With a reduction of RT dose delivered to the rectum, we were anticipating an improvement in toxicity. This has been demonstrated to be significant with only 9.7% of all patients reporting acute grade 1 GI toxicity. Mariados et al. [10] reported acute GI toxicity in 32% of their control non-HS patients. Late GI toxicity was observed in only 1 patient (grade 1 bowel frequency at 6 months and resolving at 12 months). No grade 2 or greater late GI toxicity has so far been observed. The reduction in acute GI toxicity is important as patients who experience this are more likely to subsequently develop late GI toxicity [18, 19]. However, longer follow-up is warranted to ensure results are maintained. Haamstra et al. [20] has recently updated the results of the original Mariados study, reporting no change in the 3-year incidence of late grade ≥ 1 GI toxicity in the HS arm of 2% compared to the non-HS arm of 9.2%. They also reported improved bowel quality of life (QOL) in favour of the HS arm from 6 months onward, becoming significant at 3 years. Of note, Pinkawa et al. [21] has reported sustained improved bowel QOL changes beyond 3 years with their recent 5 year results.

Our acute grade ≥ 1 GU toxicity of 97% is no different to the HS arm of 90.5% in Mariados et al. [10]. No urinary incontinence has been observed. Haamstra et al. [20] reported a non-significant improvement in urinary QOL for the HS arm. In addition, the rate of grade ≥ 1 urinary incontinence was significantly lower in the HS arm (15% versus 4%).

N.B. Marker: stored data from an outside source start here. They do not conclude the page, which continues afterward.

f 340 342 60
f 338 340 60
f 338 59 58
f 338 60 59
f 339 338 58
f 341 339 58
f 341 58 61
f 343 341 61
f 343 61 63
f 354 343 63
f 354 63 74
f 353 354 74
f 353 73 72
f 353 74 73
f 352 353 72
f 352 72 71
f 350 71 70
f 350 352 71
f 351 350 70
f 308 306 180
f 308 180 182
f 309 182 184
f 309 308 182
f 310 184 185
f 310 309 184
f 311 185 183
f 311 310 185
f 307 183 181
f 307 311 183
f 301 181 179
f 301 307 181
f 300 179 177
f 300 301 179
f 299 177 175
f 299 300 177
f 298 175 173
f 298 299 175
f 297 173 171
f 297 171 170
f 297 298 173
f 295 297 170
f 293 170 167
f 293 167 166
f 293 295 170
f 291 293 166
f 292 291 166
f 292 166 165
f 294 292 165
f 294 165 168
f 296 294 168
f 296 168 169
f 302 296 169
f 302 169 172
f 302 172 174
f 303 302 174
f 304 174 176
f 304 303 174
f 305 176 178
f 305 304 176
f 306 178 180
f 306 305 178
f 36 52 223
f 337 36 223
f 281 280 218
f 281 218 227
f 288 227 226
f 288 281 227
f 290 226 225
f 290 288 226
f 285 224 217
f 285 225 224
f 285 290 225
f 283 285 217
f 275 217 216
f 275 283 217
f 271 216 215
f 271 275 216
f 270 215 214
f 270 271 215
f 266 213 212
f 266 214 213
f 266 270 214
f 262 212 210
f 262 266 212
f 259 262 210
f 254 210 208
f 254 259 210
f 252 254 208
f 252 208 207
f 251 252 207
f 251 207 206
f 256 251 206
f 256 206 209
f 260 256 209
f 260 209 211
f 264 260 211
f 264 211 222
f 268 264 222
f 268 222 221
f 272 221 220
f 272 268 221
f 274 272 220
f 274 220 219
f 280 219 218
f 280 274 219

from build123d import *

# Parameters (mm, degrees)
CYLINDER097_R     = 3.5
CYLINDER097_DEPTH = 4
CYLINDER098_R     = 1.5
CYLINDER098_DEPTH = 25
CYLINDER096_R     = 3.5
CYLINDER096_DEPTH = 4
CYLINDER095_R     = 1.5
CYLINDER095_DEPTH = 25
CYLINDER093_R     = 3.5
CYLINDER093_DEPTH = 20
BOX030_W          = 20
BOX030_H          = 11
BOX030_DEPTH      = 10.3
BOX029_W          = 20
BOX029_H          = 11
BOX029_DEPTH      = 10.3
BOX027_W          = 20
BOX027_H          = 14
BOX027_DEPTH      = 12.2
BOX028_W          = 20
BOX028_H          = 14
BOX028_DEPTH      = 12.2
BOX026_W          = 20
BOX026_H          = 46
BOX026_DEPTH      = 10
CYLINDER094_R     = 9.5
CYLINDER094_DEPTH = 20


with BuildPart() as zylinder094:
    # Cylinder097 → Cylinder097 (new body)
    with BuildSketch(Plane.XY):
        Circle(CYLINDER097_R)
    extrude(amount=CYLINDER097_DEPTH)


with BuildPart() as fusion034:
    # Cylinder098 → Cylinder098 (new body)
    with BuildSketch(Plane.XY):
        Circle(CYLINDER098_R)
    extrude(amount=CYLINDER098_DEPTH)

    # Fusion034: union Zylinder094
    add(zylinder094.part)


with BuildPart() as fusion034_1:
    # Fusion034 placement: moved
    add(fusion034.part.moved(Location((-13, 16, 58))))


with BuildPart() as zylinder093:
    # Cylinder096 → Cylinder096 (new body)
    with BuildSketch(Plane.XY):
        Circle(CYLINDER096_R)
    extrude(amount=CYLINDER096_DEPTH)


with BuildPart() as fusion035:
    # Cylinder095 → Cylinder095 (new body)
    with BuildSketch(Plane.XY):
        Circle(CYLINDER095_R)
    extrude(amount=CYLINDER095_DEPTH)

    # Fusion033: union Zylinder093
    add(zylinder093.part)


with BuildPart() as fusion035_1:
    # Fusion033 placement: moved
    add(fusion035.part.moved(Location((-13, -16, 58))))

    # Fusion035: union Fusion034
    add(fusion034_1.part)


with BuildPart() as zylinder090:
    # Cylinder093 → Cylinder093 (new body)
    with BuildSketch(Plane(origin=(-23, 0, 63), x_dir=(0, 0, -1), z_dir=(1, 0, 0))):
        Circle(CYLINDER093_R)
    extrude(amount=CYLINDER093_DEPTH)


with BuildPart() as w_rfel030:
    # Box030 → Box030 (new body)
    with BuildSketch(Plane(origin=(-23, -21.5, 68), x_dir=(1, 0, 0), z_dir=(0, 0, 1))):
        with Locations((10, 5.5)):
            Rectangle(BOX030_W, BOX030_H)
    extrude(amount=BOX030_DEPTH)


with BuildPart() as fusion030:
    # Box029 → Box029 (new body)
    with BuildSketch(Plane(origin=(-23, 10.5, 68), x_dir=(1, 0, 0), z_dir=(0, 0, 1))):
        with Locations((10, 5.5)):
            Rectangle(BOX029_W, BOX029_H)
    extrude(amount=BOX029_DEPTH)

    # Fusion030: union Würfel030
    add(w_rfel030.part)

We acknowledge a number of study limitations which are not unique to our setting. First, we only have a small sample size. However, this is one of the largest studies reporting the use of HS in Australia. In addition, we were able to demonstrate the reproducibility of the Mariados et al. [10] study for both HS prostate–rectum separation as well as reduction in rV50 to rV75. Second, the follow-up period is short and we may miss late grade 2 GI toxicities given that they are at risk of occurring 17 months (median) after treatment [22]. However, it was reassuring to know that the rate of grade ≥ 1 GI toxicity did not change with longer follow-up as reported in Haamstra et al. [20]. In addition, we did not record patient-centred outcomes such as health-related or disease-specific quality of life, which have been shown to be significant. Finally, the use of HS in patients with high risk prostate cancer is still open to debate and we will need long-term follow-up to ensure that biochemical control is maintained in these patients.

In conclusion, this study illustrates that the application and benefits of HS on reducing GI rectal dose endpoints and toxicities during prostate cancer RT can be reliably replicated in a community setting similar to centres participating in the randomised trial under high-quality assurance trial monitoring.